Open access operators putting final touches to plans for new services
Transit 327, January 4, 2008
Grand Central and Renaissance Trains are close to submitting applications to run new open access services.
Grand Central business development director Ian Yeowart told Transit that a new application to operate between London and Bradford on the East Coast Main Line would be presented to the Office of Rail Regulation in February. Meanwhile, Renaissance director John Nelson said he would submit an application to reintroduce direct services from Nottingham and Liverpool to Glasgow "within months".
Yeowart said he wanted to operate his Bradford services using available 125mph rolling stock, implying that he hopes to secure leases for Adelante vehicles, currently being returned by Great Western. He added that Grand Central had identified a fourth path for its London-Sunderland operation which he hoped to start using later this year once the current service has bedded down.
In addition to its Glasgow plans, Renaissance is actively looking at a number of possibilities to run Cross-London services which would provide the attraction of avoiding interchange at crowded London terminals. Nelson added that another opportunity could be running services to a potential new station serving Robin Hood Doncaster airport. "We'll have to see how air traffic grows," he told Transit.

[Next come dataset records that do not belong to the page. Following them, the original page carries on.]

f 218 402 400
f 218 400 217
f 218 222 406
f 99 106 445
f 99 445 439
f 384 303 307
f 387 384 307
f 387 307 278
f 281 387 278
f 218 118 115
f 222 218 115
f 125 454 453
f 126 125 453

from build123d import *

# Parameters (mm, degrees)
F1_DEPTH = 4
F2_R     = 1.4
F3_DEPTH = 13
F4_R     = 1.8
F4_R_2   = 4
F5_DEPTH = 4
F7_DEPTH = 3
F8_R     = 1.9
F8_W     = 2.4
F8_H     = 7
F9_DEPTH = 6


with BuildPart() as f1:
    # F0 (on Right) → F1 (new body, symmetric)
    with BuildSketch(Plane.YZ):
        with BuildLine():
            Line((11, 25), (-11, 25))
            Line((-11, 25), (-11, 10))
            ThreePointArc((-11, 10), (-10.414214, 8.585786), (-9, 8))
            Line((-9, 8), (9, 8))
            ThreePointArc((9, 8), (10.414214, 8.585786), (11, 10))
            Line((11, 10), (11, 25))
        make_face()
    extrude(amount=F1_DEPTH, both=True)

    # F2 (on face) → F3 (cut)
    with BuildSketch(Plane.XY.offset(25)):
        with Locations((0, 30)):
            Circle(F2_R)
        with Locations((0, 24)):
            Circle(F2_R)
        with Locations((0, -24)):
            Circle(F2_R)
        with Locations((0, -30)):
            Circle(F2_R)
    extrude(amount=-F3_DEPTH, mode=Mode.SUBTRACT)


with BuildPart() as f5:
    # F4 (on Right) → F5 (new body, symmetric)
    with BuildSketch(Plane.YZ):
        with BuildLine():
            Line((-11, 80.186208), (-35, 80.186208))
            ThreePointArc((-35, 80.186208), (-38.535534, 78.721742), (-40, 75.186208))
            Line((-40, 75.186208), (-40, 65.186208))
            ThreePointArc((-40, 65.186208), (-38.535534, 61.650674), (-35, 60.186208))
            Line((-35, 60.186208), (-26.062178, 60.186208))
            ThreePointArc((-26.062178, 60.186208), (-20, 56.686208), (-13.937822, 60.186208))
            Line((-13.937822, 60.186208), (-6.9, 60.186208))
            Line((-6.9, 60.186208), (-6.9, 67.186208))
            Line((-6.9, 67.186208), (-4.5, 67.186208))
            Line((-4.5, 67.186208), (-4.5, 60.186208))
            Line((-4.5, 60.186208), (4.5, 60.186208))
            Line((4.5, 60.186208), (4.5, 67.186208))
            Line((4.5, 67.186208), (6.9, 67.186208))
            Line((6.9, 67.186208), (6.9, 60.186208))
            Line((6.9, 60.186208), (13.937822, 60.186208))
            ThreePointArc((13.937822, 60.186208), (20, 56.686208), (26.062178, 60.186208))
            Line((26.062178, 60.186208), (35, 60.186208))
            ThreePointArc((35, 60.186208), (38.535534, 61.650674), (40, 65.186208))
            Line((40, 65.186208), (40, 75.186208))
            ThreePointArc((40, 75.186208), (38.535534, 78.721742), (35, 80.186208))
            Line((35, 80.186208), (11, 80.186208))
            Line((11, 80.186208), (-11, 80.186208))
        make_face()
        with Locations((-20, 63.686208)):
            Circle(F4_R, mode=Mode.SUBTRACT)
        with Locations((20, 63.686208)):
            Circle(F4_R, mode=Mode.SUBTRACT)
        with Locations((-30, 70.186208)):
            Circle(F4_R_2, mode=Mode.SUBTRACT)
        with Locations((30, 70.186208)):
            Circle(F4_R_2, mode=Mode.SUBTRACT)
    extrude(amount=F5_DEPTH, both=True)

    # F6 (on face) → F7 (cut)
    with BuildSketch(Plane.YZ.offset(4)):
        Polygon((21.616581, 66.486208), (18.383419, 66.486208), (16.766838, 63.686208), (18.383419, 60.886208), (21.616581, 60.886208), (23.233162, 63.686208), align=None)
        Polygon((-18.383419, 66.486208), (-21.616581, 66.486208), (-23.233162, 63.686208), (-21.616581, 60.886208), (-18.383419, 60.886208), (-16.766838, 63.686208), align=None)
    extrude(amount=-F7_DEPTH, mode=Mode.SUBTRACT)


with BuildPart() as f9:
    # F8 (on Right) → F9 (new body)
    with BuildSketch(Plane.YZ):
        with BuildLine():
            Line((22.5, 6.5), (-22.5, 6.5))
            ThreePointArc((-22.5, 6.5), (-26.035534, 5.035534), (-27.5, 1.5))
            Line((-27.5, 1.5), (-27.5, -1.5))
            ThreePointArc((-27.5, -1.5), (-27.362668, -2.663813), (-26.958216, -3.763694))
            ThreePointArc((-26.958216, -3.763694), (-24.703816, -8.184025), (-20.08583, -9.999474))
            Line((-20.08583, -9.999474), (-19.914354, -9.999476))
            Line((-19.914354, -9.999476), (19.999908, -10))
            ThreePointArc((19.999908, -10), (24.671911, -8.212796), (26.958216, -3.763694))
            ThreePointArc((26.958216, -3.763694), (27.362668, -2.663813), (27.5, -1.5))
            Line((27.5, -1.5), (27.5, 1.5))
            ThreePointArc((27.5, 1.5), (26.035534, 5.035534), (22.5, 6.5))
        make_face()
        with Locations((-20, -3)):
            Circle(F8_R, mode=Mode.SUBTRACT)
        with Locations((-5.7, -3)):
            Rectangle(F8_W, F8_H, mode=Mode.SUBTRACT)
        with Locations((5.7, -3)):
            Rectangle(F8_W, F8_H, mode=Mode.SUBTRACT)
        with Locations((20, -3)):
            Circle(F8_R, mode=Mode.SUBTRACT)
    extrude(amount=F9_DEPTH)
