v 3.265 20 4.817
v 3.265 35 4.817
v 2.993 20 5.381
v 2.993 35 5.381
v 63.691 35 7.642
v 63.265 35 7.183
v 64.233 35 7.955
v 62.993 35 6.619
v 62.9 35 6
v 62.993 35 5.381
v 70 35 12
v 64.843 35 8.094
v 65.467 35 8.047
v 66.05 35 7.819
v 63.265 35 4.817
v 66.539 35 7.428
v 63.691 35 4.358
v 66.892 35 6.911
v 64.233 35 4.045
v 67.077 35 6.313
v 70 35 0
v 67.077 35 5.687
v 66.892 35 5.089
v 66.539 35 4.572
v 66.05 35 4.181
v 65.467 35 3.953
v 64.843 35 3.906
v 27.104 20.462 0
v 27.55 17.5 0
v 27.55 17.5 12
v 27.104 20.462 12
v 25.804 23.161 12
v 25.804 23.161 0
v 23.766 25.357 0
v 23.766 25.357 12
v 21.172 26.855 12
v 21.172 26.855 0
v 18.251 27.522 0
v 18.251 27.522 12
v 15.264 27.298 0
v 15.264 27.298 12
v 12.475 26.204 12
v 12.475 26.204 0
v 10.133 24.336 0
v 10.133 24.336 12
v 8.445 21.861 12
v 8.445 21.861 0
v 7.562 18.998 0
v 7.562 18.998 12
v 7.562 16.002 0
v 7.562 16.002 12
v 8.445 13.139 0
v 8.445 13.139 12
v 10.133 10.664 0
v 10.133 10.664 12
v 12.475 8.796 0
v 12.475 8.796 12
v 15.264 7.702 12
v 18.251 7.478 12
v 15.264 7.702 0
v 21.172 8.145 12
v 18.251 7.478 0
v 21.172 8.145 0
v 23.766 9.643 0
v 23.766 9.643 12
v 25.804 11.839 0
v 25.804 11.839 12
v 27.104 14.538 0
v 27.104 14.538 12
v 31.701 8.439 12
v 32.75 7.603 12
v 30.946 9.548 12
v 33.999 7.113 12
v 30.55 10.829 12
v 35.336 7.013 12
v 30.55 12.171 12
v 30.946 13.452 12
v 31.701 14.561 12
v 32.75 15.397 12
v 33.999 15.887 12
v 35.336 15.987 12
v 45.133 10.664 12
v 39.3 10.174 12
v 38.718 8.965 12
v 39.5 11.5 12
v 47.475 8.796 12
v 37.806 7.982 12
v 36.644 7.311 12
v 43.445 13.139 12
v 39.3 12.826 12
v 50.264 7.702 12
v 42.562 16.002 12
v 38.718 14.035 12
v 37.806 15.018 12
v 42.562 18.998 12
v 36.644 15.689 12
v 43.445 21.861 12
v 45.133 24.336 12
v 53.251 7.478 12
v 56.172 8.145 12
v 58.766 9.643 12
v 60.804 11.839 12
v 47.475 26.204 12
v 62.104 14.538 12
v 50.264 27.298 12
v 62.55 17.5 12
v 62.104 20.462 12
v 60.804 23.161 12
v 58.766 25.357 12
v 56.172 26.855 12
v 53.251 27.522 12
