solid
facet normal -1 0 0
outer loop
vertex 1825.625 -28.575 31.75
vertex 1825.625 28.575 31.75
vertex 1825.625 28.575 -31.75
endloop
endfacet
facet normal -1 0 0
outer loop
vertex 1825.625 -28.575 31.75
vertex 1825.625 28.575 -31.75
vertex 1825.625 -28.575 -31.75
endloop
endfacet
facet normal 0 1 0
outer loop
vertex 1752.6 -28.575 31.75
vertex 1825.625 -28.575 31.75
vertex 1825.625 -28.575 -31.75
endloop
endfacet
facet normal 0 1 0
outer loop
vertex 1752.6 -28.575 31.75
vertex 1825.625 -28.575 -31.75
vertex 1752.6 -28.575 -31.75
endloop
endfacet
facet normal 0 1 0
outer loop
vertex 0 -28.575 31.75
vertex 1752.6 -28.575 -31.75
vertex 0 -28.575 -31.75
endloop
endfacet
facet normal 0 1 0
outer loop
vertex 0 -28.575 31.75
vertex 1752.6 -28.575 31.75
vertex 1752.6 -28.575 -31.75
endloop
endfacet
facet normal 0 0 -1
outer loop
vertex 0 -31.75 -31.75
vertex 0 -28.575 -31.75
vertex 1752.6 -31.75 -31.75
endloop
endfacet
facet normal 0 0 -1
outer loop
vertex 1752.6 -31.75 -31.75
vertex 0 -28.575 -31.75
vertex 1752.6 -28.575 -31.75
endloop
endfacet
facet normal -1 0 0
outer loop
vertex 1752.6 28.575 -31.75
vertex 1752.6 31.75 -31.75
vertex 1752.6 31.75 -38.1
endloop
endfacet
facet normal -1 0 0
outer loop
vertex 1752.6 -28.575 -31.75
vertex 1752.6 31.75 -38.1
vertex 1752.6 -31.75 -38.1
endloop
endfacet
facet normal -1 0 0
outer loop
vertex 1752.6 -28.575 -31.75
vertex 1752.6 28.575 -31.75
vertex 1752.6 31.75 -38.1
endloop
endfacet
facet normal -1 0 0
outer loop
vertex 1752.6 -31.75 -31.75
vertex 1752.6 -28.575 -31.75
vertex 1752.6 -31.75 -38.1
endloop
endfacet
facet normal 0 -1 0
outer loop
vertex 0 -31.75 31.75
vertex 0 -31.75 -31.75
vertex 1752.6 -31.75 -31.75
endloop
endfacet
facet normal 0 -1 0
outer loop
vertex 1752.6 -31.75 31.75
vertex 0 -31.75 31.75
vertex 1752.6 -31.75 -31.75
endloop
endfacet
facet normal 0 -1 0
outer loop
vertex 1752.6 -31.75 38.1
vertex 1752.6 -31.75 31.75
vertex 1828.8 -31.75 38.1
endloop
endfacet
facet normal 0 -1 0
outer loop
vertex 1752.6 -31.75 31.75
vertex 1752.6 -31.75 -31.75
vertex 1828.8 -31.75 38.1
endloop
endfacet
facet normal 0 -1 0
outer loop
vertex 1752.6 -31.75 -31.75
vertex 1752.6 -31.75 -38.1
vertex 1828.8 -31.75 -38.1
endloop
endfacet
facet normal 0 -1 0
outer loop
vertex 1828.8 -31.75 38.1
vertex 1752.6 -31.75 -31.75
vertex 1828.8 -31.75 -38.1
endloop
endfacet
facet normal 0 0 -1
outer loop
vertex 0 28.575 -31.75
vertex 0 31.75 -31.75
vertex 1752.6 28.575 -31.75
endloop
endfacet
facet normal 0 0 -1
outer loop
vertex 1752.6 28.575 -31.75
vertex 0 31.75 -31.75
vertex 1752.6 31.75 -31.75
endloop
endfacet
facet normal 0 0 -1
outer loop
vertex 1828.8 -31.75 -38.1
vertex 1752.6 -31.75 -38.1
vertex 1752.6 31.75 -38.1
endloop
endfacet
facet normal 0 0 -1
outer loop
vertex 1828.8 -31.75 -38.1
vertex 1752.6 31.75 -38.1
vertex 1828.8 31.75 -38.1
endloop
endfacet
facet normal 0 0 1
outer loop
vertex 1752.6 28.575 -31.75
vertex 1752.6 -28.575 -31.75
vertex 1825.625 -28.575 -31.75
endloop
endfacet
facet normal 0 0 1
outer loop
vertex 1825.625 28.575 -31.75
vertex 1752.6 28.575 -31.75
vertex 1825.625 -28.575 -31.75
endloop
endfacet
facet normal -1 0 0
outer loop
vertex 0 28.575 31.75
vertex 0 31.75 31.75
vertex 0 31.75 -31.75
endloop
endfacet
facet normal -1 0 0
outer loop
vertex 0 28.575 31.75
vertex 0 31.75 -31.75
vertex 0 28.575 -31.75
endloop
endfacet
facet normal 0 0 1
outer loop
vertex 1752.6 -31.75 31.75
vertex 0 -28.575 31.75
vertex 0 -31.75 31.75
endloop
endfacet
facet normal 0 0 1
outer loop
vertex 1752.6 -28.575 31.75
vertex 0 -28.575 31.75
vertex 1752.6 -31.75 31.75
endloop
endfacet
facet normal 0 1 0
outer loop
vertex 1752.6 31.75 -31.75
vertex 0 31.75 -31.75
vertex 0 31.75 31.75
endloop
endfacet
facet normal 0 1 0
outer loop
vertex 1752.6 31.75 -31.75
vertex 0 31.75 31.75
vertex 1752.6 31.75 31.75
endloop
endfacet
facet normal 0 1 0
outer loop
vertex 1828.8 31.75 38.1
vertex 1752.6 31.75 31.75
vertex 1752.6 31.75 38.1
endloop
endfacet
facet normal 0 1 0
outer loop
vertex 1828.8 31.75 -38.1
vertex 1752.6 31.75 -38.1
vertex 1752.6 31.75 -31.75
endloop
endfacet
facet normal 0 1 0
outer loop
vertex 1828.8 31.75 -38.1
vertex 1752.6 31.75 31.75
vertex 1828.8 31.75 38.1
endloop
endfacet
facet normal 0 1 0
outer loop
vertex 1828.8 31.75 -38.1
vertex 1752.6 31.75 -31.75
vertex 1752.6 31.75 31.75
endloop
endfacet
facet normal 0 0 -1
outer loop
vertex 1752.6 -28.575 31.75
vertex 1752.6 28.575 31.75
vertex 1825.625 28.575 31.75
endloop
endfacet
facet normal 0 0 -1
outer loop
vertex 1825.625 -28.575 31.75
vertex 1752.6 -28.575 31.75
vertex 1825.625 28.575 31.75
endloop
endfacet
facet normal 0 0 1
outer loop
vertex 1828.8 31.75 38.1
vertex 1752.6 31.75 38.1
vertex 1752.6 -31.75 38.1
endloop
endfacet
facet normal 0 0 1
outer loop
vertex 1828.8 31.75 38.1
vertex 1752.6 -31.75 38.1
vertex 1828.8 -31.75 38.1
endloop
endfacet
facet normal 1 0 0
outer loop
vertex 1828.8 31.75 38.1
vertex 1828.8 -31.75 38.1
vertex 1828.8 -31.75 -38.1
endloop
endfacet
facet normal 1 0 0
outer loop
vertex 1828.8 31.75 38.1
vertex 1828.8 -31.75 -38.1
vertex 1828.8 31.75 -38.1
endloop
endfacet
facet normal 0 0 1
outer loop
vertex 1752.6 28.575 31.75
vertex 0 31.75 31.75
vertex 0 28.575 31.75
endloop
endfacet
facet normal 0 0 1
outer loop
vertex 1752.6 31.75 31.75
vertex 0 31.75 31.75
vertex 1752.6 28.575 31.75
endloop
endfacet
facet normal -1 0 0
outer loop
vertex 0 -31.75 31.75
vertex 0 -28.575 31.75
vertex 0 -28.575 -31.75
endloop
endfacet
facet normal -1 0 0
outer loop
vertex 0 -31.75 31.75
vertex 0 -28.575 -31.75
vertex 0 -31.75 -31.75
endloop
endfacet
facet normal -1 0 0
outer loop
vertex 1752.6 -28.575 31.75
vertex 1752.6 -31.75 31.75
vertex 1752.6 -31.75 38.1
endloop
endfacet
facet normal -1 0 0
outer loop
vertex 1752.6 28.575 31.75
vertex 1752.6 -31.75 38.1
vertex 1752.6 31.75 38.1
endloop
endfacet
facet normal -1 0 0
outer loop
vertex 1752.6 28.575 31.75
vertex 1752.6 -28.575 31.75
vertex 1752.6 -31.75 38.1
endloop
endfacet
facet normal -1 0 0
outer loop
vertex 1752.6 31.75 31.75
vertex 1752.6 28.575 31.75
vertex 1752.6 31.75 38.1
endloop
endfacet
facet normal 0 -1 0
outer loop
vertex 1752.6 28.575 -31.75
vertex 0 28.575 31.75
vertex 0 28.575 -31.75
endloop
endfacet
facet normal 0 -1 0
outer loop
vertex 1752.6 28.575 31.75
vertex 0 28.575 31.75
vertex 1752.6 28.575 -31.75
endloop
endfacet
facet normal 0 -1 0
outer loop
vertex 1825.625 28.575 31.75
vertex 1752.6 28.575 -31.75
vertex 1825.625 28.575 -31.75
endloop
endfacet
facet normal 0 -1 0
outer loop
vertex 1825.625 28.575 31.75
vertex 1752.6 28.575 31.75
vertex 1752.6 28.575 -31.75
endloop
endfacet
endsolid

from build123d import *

# Parameters (mm, degrees)
F1_DEPTH = 31.75
F2_W     = 76.2
F2_H     = 63.5
F3_DEPTH = 6.35
F4_W     = 76.2
F4_H     = 63.5
F5_DEPTH = 6.35


with BuildPart() as f1:
    # F0 (on Top) → F1 (new body, symmetric)
    with BuildSketch(Plane.XY):
        Polygon((1828.8, 31.75), (0, 31.75), (0, 28.575), (1825.625, 28.575), (1825.625, -28.575), (0, -28.575), (0, -31.75), (1828.8, -31.75), align=None)
    extrude(amount=F1_DEPTH, both=True)

    # F2 (on face) → F3 (join)
    with BuildSketch(Plane(origin=(0, 0, -31.75), x_dir=(1, 0, 0), z_dir=(0, 0, -1))):
        with Locations((1790.7, 0)):
            Rectangle(F2_W, F2_H)
    extrude(amount=F3_DEPTH)

    # F4 (on face) → F5 (join)
    with BuildSketch(Plane.XY.offset(31.75)):
        with Locations((1790.7, 0)):
            Rectangle(F4_W, F4_H)
    extrude(amount=F5_DEPTH)


solid = f1.part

He also said Renaissance's plans to run services from South Humberside and Lincoln to Stratford in East London had not been killed off by new direct London-Lincoln services in the new East Coast and East Midlands franchises. He pointed out that Renaisance's proposal would still bring new direct services to a significant number of Humber towns such as Grimsby, and that the proposal would tap into the huge development around Stratford.